_What you need to do_
Go through the data and copy each line that holds "dimension".

_Study material_

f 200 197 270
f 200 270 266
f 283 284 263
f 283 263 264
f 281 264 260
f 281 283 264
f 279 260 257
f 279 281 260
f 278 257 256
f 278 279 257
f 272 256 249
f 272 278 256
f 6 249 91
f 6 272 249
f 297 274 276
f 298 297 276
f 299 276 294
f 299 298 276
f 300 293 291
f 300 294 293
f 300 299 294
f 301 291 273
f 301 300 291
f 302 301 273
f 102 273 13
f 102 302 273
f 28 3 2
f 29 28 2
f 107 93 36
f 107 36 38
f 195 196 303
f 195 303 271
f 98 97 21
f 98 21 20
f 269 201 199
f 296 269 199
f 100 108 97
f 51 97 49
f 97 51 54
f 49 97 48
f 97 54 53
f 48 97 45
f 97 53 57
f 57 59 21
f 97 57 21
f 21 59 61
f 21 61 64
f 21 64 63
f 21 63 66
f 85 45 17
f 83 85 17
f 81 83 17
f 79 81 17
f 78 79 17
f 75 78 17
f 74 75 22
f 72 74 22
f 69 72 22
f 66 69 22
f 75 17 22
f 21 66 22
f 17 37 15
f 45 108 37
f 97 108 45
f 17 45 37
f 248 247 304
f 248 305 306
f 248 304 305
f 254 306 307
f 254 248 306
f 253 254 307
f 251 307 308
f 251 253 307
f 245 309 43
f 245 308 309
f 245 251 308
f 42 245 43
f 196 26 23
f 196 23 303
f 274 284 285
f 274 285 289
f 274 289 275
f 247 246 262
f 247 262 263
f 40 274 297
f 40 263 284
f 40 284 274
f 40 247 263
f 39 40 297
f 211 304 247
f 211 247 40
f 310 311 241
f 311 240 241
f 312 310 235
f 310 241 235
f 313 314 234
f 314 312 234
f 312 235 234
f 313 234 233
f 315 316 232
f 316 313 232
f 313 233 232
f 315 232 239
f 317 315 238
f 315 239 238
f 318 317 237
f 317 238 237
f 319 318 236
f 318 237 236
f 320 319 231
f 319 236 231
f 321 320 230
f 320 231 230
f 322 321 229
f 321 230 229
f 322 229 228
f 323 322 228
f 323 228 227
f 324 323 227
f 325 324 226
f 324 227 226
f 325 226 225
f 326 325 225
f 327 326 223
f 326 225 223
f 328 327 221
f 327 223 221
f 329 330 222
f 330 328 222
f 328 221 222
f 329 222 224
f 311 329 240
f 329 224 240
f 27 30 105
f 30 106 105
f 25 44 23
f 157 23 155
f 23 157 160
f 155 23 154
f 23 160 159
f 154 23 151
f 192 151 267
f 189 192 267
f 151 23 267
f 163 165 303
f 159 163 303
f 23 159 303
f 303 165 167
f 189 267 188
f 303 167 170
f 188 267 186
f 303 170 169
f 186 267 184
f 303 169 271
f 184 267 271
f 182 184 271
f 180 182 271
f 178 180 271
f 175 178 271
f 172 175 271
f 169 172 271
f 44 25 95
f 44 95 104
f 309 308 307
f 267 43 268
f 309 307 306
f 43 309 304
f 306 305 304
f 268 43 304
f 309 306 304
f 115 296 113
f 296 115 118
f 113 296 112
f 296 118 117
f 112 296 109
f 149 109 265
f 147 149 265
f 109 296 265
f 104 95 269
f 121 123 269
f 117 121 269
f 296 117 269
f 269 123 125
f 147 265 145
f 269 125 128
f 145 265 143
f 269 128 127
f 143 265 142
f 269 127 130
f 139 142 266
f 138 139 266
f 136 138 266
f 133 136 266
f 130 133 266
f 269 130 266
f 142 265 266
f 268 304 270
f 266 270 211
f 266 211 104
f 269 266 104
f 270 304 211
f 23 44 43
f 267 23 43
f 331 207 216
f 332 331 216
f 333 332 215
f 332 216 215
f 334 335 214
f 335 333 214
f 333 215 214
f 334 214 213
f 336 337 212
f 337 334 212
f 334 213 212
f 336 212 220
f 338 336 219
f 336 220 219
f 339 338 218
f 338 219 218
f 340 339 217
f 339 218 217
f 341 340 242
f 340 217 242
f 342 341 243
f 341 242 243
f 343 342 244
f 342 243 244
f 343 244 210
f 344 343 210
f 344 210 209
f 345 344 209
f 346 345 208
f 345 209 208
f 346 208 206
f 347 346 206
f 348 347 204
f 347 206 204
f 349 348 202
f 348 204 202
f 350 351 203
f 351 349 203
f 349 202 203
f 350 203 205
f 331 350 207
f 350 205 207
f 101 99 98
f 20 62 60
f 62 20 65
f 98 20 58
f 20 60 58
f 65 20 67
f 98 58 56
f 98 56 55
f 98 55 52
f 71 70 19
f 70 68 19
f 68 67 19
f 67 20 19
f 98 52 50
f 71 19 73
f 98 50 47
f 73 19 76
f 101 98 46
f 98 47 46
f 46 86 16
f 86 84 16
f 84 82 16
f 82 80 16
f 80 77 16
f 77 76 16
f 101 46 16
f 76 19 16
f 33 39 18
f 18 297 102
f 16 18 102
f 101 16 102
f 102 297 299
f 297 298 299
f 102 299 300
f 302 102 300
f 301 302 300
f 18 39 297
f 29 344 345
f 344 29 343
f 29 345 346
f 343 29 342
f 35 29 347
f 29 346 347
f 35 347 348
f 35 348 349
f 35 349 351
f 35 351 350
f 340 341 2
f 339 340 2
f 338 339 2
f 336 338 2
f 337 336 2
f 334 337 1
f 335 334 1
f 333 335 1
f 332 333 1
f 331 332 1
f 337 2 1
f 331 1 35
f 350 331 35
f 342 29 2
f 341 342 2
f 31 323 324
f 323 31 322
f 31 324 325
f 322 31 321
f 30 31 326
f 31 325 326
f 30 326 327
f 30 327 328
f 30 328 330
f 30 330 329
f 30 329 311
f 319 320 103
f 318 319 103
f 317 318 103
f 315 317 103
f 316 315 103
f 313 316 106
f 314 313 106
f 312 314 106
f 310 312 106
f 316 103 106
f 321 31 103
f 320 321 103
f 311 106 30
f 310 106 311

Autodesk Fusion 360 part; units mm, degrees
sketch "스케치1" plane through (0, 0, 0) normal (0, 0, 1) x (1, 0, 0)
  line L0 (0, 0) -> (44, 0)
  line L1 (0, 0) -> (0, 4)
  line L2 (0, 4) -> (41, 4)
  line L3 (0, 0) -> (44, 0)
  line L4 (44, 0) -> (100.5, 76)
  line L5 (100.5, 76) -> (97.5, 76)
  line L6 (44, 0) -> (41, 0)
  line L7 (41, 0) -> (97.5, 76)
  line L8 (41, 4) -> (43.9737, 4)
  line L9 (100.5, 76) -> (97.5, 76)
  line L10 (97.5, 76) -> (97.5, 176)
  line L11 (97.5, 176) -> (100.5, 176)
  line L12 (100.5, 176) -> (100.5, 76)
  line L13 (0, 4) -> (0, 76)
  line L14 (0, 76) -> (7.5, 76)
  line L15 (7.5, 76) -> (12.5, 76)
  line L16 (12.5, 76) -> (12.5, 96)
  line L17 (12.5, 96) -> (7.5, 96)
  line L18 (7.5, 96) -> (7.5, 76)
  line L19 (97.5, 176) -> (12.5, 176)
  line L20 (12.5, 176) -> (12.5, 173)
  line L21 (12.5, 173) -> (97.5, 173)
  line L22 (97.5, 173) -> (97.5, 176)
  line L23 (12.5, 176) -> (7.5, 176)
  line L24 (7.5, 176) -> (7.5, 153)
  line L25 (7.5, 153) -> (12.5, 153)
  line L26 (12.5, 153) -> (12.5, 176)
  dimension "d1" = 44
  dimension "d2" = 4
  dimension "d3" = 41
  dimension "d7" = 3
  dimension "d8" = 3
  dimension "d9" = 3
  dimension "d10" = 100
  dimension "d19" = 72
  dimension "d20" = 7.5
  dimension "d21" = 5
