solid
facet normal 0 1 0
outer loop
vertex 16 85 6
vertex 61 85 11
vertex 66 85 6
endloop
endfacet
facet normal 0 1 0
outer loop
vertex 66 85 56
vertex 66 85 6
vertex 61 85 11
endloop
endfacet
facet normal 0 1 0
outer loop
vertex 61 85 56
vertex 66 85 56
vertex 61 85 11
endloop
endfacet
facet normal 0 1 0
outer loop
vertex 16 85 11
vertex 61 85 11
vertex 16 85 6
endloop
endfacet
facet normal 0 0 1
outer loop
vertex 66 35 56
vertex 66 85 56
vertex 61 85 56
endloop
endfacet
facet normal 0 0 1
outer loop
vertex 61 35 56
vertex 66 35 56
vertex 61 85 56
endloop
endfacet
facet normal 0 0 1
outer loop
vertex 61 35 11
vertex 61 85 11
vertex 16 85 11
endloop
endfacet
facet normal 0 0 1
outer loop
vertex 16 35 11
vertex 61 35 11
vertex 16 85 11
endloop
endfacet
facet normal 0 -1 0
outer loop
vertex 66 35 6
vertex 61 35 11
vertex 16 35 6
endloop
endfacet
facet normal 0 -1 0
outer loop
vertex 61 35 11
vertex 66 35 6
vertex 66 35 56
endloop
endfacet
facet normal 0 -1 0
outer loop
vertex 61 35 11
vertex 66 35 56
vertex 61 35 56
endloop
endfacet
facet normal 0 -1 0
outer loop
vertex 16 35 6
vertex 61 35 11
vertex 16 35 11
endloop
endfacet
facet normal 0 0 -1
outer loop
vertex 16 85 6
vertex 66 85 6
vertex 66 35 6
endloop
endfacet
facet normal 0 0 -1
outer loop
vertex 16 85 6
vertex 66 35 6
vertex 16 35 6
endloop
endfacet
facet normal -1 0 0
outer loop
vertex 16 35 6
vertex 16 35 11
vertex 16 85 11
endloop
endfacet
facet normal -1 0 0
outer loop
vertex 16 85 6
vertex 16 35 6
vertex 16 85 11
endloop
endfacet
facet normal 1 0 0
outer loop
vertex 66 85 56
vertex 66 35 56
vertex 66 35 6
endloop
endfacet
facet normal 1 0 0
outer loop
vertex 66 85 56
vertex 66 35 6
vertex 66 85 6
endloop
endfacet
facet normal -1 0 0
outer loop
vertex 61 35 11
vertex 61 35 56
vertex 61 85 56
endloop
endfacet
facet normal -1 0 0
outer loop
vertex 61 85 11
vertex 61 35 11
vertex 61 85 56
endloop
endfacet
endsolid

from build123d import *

# Parameters (mm, degrees)
BOX007_W                  = 50
BOX007_H                  = 58
BOX007_DEPTH              = 50
BOX006_W                  = 50
BOX006_H                  = 50
BOX006_DEPTH              = 50
CUT002008_PLACEMENT_ANGLE = 180


with BuildPart() as cube002:
    # Box007 → Box007 (new body)
    with BuildSketch(Plane(origin=(5, -3, -5), x_dir=(1, 0, 0), z_dir=(0, 0, 1))):
        with Locations((25, 29)):
            Rectangle(BOX007_W, BOX007_H)
    extrude(amount=BOX007_DEPTH)


with BuildPart() as cut002008:
    # Box006 → Box006 (new body)
    with BuildSketch(Plane.XY):
        with Locations((25, 25)):
            Rectangle(BOX006_W, BOX006_H)
    extrude(amount=BOX006_DEPTH)

    # Cut002008: cut Cube002
    add(cube002.part, mode=Mode.SUBTRACT)


with BuildPart() as cut002008_1:
    # Cut002008 placement: moved
    add(cut002008.part.moved(Location((66, 35, 56))).rotate(Axis((66, 35, 56), (0, 1, 0)), CUT002008_PLACEMENT_ANGLE))


solid = cut002008_1.part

_Written reply_
  dimension "d1" = 44
  dimension "d2" = 4
  dimension "d3" = 41
  dimension "d7" = 3
  dimension "d8" = 3
  dimension "d9" = 3
  dimension "d10" = 100
  dimension "d19" = 72
  dimension "d20" = 7.5
  dimension "d21" = 5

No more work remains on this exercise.